Statistics (or data science, if you want) is hot for good reason. Data is becoming easier an easier to come by and it’s impact more an more pervasive. Think
- Tech (tracking your browsing history)
- Finance (analyzing the markets)
- Sports (Moneyball)
- Medicine (The genome)
- Politics
A look at some actual data
Anyone who follows baseball can tell you offensive output varies by defensive position; pitchers are so bad that their position could be considered an outlier. Let’s look at some actual data to try to back this up.
Reading and looking at raw data
On my webspace, I have a data file containing batting statistics for all 1199 players in 2010. Let’s take a look:
library(knitr)
df = read.csv('https://www.marksmath.org/data/mlbBat10.tsv', sep="\t")

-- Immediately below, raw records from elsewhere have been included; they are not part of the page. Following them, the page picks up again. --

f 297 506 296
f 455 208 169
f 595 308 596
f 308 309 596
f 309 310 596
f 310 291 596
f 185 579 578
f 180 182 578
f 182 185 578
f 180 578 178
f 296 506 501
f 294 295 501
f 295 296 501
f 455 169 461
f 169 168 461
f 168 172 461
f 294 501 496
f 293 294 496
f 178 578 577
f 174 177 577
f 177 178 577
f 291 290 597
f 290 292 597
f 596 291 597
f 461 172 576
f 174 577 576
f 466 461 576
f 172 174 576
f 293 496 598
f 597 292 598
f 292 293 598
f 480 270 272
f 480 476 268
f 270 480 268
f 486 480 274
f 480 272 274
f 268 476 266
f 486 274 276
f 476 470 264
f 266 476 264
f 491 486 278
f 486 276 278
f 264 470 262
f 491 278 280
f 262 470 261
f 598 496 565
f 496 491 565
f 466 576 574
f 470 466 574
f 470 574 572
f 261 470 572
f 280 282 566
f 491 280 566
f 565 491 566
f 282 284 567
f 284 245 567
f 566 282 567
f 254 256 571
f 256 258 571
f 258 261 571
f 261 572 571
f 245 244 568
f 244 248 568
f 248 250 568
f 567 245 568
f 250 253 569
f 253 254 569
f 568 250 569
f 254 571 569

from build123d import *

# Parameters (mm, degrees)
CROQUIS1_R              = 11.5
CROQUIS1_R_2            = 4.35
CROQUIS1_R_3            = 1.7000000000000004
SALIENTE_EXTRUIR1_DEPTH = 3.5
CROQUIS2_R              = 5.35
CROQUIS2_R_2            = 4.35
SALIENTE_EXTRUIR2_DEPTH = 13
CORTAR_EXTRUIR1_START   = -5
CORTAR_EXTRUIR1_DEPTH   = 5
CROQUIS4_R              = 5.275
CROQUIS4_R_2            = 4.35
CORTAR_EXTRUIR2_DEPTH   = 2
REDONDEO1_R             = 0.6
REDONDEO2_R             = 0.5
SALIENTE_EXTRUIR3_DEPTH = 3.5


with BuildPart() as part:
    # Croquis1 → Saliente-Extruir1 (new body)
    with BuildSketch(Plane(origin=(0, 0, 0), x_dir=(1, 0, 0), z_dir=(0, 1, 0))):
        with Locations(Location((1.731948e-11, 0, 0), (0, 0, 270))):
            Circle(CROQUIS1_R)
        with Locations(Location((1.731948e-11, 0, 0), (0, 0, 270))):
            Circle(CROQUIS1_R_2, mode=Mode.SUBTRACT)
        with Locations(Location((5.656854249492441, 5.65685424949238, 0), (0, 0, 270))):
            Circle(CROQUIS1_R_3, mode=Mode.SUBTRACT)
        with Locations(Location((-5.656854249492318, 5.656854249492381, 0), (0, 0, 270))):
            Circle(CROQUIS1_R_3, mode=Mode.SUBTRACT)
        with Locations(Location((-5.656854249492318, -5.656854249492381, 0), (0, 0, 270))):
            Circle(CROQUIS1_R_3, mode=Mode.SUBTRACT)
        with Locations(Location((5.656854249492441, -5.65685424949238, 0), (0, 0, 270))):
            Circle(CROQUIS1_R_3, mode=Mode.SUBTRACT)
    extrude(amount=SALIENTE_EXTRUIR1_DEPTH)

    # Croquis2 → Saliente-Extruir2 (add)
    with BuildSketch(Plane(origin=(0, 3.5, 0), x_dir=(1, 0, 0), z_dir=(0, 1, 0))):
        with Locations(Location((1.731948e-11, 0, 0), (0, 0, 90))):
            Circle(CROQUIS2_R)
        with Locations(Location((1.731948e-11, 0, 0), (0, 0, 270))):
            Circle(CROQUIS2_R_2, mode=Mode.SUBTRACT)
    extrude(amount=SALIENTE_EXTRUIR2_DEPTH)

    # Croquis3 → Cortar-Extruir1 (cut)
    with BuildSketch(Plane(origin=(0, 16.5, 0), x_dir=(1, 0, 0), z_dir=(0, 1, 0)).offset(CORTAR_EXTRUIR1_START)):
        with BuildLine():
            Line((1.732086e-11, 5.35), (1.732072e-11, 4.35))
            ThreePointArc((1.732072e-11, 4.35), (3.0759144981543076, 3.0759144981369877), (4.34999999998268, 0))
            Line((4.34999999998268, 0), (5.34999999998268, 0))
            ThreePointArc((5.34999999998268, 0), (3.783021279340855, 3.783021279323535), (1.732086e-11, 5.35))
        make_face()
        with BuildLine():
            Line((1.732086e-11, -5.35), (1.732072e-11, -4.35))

kable(head(df))| name | team | position | G | AB | R | H | X2B | X3B | HR | RBI | TB | BB | SO | SB | CS | OBP | SLG | AVG |
|---|---|---|---|---|---|---|---|---|---|---|---|---|---|---|---|---|---|---|
| I Suzuki | SEA | OF | 162 | 680 | 74 | 214 | 30 | 3 | 6 | 43 | 268 | 45 | 86 | 42 | 9 | 0.359 | 0.394 | 0.315 |
| D Jeter | NYY | SS | 157 | 663 | 111 | 179 | 30 | 3 | 10 | 67 | 245 | 63 | 106 | 18 | 5 | 0.340 | 0.370 | 0.270 |
| M Young | TEX | 3B | 157 | 656 | 99 | 186 | 36 | 3 | 21 | 91 | 291 | 50 | 115 | 4 | 2 | 0.330 | 0.444 | 0.284 |
| J Pierre | CWS | OF | 160 | 651 | 96 | 179 | 18 | 3 | 1 | 47 | 206 | 45 | 47 | 68 | 18 | 0.341 | 0.316 | 0.275 |
| R Weeks | MIL | 2B | 160 | 651 | 112 | 175 | 32 | 4 | 29 | 83 | 302 | 76 | 184 | 11 | 4 | 0.366 | 0.464 | 0.269 |
| M Scutaro | BOS | SS | 150 | 632 | 92 | 174 | 38 | 0 | 11 | 56 | 245 | 53 | 71 | 5 | 4 | 0.333 | 0.388 | 0.275 |
In the code above, the read.csv command reads the data from the table. That data is then stored in a variable called df (for DataFrame). The resulting DataFrame has 1199 rows and 19 columns. The head command grabs just the first few rows and the kable command makes it look a little pretty.

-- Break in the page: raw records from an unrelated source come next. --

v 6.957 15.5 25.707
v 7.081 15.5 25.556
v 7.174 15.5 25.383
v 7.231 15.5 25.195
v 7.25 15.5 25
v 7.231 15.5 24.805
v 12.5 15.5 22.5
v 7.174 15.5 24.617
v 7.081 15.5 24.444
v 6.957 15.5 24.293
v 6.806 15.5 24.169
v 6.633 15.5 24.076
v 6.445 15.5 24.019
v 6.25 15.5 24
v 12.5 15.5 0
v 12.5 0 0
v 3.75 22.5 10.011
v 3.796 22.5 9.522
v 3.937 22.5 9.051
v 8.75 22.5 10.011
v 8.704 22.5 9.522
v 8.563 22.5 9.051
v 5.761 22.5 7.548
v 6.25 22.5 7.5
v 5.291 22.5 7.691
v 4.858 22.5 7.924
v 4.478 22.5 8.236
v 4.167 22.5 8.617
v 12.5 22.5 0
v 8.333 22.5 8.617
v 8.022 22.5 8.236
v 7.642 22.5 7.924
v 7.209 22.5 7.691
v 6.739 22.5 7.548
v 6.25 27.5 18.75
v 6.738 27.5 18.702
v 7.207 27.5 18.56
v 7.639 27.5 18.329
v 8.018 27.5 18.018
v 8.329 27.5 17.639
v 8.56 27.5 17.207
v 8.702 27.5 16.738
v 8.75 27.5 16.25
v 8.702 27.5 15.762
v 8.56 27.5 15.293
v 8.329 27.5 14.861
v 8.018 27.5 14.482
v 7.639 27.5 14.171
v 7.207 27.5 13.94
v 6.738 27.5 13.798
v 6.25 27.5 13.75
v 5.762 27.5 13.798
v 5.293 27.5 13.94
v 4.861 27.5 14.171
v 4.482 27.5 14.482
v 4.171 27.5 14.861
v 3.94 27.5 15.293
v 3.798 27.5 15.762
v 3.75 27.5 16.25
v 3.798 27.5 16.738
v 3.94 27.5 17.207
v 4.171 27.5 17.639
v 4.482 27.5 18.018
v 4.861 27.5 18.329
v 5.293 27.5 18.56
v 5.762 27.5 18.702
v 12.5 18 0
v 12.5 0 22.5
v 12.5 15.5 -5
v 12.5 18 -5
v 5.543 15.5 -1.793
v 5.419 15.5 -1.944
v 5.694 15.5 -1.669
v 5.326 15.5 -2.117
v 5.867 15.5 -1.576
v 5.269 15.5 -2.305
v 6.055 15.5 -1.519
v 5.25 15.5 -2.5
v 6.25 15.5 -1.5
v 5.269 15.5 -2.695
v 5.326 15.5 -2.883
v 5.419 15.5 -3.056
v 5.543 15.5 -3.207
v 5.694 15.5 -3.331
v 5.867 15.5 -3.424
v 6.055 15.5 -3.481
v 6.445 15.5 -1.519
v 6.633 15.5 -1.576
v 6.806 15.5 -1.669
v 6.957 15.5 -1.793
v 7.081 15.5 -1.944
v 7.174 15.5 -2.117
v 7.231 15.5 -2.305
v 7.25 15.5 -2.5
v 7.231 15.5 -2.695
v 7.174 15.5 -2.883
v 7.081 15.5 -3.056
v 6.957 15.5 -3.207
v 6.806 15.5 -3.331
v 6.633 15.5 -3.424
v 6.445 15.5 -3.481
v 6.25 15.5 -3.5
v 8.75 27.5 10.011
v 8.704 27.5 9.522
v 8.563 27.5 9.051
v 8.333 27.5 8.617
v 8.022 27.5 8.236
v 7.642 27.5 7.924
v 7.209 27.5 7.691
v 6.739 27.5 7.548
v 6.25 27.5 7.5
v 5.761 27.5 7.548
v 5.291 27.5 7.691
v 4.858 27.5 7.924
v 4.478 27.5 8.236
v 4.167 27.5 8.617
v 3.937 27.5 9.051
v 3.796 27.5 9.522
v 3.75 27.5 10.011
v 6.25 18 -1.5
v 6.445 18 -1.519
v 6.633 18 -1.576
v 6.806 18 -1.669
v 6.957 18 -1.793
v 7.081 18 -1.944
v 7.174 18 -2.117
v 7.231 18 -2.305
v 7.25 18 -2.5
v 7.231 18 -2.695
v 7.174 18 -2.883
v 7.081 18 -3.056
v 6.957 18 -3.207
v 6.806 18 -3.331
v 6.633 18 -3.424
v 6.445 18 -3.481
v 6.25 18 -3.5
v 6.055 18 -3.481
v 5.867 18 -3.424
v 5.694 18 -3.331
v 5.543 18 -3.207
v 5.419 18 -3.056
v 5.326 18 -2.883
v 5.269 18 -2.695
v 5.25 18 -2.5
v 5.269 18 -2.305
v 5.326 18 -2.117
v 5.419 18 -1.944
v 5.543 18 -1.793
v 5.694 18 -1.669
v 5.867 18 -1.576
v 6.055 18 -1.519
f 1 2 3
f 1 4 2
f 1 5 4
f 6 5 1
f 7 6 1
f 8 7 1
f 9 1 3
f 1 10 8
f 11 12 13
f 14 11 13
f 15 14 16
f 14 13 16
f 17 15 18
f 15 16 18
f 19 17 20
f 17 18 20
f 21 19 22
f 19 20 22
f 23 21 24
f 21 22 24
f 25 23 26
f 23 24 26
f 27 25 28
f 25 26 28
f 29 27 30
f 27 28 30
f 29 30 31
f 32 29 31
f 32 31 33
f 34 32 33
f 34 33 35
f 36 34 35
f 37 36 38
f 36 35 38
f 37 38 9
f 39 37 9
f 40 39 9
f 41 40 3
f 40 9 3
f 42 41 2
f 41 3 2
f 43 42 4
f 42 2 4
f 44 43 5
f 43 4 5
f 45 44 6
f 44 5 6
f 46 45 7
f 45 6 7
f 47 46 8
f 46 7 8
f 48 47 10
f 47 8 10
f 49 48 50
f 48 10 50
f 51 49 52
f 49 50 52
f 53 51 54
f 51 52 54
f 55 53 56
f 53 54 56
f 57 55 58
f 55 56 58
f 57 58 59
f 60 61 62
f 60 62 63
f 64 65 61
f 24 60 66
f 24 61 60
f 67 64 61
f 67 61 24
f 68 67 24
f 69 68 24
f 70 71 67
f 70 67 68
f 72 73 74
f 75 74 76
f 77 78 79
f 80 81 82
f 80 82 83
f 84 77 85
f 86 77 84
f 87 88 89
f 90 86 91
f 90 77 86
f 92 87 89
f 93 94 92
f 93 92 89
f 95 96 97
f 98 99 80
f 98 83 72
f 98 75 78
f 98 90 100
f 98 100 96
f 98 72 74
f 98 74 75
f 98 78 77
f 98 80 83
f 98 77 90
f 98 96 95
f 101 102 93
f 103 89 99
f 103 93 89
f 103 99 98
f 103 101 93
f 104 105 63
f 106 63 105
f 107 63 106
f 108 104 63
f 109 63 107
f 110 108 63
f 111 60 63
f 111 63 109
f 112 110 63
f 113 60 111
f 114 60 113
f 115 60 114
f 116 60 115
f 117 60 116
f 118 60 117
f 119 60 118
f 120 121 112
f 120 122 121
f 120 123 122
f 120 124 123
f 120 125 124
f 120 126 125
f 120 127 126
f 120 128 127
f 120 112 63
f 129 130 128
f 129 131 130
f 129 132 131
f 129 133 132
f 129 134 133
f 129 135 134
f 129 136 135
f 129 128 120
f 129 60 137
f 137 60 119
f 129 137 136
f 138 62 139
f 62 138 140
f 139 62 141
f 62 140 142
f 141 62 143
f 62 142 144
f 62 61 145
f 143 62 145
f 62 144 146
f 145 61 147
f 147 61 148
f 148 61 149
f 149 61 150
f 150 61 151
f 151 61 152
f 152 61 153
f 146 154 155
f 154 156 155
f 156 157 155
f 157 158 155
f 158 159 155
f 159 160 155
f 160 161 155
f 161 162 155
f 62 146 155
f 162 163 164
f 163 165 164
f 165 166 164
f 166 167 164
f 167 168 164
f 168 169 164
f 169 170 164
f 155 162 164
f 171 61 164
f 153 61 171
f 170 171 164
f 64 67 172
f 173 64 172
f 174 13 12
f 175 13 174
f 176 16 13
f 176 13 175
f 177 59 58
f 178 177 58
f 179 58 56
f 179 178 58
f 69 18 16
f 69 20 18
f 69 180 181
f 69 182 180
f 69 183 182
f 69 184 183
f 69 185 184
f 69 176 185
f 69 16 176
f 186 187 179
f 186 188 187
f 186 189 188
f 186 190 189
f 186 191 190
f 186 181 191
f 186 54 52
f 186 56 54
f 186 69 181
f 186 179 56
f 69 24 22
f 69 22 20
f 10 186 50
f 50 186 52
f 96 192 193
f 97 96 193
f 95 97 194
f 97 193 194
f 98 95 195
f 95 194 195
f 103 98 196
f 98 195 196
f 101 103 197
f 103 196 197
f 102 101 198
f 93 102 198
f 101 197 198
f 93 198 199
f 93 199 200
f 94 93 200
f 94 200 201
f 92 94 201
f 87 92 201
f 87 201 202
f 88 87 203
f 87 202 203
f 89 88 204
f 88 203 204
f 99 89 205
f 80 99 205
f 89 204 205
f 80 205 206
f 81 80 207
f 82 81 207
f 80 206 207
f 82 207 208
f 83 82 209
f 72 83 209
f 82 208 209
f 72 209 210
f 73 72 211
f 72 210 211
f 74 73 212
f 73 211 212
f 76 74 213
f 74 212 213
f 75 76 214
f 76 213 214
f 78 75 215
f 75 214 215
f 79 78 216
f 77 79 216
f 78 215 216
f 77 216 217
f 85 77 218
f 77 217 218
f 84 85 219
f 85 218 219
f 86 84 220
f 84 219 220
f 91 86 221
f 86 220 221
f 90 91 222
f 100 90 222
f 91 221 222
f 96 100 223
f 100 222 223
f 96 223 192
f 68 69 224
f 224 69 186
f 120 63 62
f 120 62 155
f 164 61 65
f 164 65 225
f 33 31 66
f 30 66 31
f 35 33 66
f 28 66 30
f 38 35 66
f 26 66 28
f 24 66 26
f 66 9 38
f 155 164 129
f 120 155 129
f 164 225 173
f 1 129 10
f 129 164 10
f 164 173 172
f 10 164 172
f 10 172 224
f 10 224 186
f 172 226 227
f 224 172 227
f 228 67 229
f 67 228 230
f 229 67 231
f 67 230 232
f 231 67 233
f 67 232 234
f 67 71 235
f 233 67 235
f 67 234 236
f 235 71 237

The data has actually already been throught quite a bit of formatting. Still, it’s so huge that’s quite a challenge to get a grip on it. Statistics provides tools (both qualitative and quantitative) to analyze large datasets like this.
A question
First, let’s state a specific question we wish to address: How is on base percentage related to position?
Qualitative analysis
One way to visually investigate this question is with a side-by-side box and whisker plot.

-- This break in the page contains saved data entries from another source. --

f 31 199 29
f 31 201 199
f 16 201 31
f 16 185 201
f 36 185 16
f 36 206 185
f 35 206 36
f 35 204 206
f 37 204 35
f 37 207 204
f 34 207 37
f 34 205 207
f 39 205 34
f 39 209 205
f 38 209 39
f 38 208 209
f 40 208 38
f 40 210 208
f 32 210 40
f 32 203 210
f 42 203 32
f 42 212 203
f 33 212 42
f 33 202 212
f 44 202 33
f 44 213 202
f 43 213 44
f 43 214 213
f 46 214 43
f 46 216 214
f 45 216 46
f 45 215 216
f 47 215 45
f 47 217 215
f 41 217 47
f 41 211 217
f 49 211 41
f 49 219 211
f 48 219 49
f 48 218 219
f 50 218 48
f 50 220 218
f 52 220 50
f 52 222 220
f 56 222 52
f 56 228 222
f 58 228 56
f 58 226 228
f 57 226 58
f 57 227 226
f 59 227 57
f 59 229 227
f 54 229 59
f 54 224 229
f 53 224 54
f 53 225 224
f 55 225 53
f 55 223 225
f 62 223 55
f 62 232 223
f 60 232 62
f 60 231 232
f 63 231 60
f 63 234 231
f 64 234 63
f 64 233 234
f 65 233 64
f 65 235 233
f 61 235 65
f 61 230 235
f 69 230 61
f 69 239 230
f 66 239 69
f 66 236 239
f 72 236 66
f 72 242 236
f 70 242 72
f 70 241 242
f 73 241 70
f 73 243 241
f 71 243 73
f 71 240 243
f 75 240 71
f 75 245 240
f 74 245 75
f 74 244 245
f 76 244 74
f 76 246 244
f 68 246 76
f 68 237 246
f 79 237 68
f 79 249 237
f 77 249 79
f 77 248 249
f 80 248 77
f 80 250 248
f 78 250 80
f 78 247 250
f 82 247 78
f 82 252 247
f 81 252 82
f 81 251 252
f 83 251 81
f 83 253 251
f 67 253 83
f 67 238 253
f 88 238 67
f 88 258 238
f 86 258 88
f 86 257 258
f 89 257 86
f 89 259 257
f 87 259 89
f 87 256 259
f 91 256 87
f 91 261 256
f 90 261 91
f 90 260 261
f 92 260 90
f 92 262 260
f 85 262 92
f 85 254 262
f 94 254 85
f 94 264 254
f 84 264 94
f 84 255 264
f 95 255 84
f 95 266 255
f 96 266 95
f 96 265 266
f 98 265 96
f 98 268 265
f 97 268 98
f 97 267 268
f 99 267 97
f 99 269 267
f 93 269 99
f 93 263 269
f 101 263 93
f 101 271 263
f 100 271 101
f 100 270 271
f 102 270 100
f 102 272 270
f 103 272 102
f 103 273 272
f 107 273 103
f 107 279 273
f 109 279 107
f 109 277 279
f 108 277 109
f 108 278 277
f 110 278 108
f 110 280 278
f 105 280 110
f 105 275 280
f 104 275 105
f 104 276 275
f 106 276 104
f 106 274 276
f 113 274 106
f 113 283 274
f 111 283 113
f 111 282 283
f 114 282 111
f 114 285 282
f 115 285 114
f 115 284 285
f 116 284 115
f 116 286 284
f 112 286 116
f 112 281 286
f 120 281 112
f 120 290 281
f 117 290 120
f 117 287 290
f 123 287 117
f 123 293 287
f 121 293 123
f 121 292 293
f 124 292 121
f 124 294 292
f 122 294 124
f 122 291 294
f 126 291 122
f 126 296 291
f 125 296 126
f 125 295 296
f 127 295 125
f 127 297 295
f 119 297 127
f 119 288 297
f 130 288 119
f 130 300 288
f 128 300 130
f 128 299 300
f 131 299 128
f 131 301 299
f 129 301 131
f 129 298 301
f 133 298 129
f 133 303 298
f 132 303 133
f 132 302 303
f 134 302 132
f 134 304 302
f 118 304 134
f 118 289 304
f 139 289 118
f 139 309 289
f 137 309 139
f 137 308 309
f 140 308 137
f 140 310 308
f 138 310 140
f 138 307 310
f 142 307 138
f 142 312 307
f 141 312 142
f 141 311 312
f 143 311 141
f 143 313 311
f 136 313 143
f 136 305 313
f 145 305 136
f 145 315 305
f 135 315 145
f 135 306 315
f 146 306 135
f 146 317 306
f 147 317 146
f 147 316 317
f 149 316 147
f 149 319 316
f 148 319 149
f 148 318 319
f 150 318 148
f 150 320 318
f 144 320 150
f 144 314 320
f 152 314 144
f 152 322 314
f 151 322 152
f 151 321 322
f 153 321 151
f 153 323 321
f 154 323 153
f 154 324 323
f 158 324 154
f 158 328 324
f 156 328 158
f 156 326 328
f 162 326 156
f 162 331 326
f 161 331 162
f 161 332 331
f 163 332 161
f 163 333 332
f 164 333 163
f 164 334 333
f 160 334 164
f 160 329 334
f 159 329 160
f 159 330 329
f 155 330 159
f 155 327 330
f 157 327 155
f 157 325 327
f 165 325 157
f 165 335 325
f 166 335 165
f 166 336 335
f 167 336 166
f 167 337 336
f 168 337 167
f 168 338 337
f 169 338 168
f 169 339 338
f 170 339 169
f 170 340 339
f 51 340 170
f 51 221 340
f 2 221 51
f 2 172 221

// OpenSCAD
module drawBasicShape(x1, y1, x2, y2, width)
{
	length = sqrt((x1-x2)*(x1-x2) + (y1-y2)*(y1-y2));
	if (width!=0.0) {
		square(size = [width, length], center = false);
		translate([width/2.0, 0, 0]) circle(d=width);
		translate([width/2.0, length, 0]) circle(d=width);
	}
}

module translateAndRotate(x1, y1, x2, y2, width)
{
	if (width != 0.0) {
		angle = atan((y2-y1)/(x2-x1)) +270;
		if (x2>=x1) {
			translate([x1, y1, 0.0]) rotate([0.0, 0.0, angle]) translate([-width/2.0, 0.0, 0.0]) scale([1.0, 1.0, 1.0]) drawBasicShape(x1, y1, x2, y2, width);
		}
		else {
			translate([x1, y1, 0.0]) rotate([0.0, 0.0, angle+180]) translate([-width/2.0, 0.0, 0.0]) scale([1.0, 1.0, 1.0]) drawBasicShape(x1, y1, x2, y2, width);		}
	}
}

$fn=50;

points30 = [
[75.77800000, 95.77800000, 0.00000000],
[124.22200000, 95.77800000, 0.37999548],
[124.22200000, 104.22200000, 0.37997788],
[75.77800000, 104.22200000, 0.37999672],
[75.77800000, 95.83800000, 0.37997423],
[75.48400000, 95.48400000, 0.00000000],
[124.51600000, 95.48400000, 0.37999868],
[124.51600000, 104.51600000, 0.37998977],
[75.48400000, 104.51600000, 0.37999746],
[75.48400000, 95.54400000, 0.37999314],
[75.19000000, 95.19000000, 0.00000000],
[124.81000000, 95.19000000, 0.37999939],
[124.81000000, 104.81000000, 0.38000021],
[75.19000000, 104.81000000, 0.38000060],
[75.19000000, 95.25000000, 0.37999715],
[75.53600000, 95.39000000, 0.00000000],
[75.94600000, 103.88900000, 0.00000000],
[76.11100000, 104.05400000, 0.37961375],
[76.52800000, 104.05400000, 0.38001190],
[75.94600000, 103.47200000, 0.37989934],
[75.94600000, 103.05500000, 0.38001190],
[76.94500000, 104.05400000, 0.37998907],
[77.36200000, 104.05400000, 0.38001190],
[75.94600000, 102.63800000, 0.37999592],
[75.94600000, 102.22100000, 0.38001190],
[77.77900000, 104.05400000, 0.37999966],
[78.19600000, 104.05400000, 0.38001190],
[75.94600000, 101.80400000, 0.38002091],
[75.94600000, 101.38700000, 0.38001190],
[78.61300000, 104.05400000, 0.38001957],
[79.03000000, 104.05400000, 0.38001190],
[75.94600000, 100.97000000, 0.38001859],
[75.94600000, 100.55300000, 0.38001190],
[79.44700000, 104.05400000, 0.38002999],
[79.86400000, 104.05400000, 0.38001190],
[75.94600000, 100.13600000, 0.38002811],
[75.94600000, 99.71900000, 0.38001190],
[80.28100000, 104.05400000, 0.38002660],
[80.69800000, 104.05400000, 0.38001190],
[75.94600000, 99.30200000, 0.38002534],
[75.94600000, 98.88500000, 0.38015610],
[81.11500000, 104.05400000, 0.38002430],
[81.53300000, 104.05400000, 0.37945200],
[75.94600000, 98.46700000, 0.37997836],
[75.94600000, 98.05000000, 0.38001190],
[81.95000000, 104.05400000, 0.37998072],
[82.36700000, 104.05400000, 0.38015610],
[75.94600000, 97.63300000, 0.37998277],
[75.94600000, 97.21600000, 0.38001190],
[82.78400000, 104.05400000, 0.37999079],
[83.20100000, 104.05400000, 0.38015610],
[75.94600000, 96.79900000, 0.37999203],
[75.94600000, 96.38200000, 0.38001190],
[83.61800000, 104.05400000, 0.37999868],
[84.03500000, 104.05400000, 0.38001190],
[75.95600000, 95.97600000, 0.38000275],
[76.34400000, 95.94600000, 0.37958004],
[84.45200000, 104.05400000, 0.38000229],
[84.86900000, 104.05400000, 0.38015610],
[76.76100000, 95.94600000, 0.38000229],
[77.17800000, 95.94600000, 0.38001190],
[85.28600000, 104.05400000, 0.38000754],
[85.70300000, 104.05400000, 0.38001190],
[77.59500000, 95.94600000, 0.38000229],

In this image, the positions are listed on the horizontal axis and the on base percentage is on the vertical axis. The data has actually been trimmed down quite a bit to include only those non-pitchers who played at least 75 games; there were 327 such players that year. If you understand how to read a box and whikser plot, you can see quite clearly the differences in on base percentage between the different positions
Quantitative analysis
While we can certainly see the differences between the positions in the box and whisker plots, it’s nice to have definitive numbers to point to that support our analysis. For the analysis of the variation between several variables, there is a well established tool called ANOVA, for Analysis of Variations. Here’s how to run ANOVA for this example:
df$position = factor(df$position,
labels = c('1B', '2B', '3B', 'C', 'DH', 'OF', 'SS')
)
anova(lm(df$OBP ~ df$position))## Analysis of Variance Table
##
## Response: df$OBP
## Df Sum Sq Mean Sq F value Pr(>F)
## df$position 6 0.04129 0.0068822 5.7125 1.165e-05 ***
## Residuals 320 0.38552 0.0012048
## ---
## Signif. codes: 0 '***' 0.001 '**' 0.01 '*' 0.05 '.' 0.1 ' ' 1The “Pr(>F)” entry is an example of a \(p\)-value. As we will learn, these kinds of computations allow us to make inferences. Typically, a small \(p\)-value indicates a deviation from the status-quo. In this case, it indicates that the batting performances between the positions are not all the same.
Types of data
There are two main types of data and both types can be further classified into two sub-types.
- Numerical data, which can be
- Discrete or
- Continuous
- Categorical data, which can be
- Nominal or
- Ordinal
If you take a look at our baseball data above, you can see numerical data of both types as well as Nominal, Categorical data. An example of Ordinal, Categorical data might be the player’s jersey number. It looks numeric but there’s really no reasonable computation that can be done with it.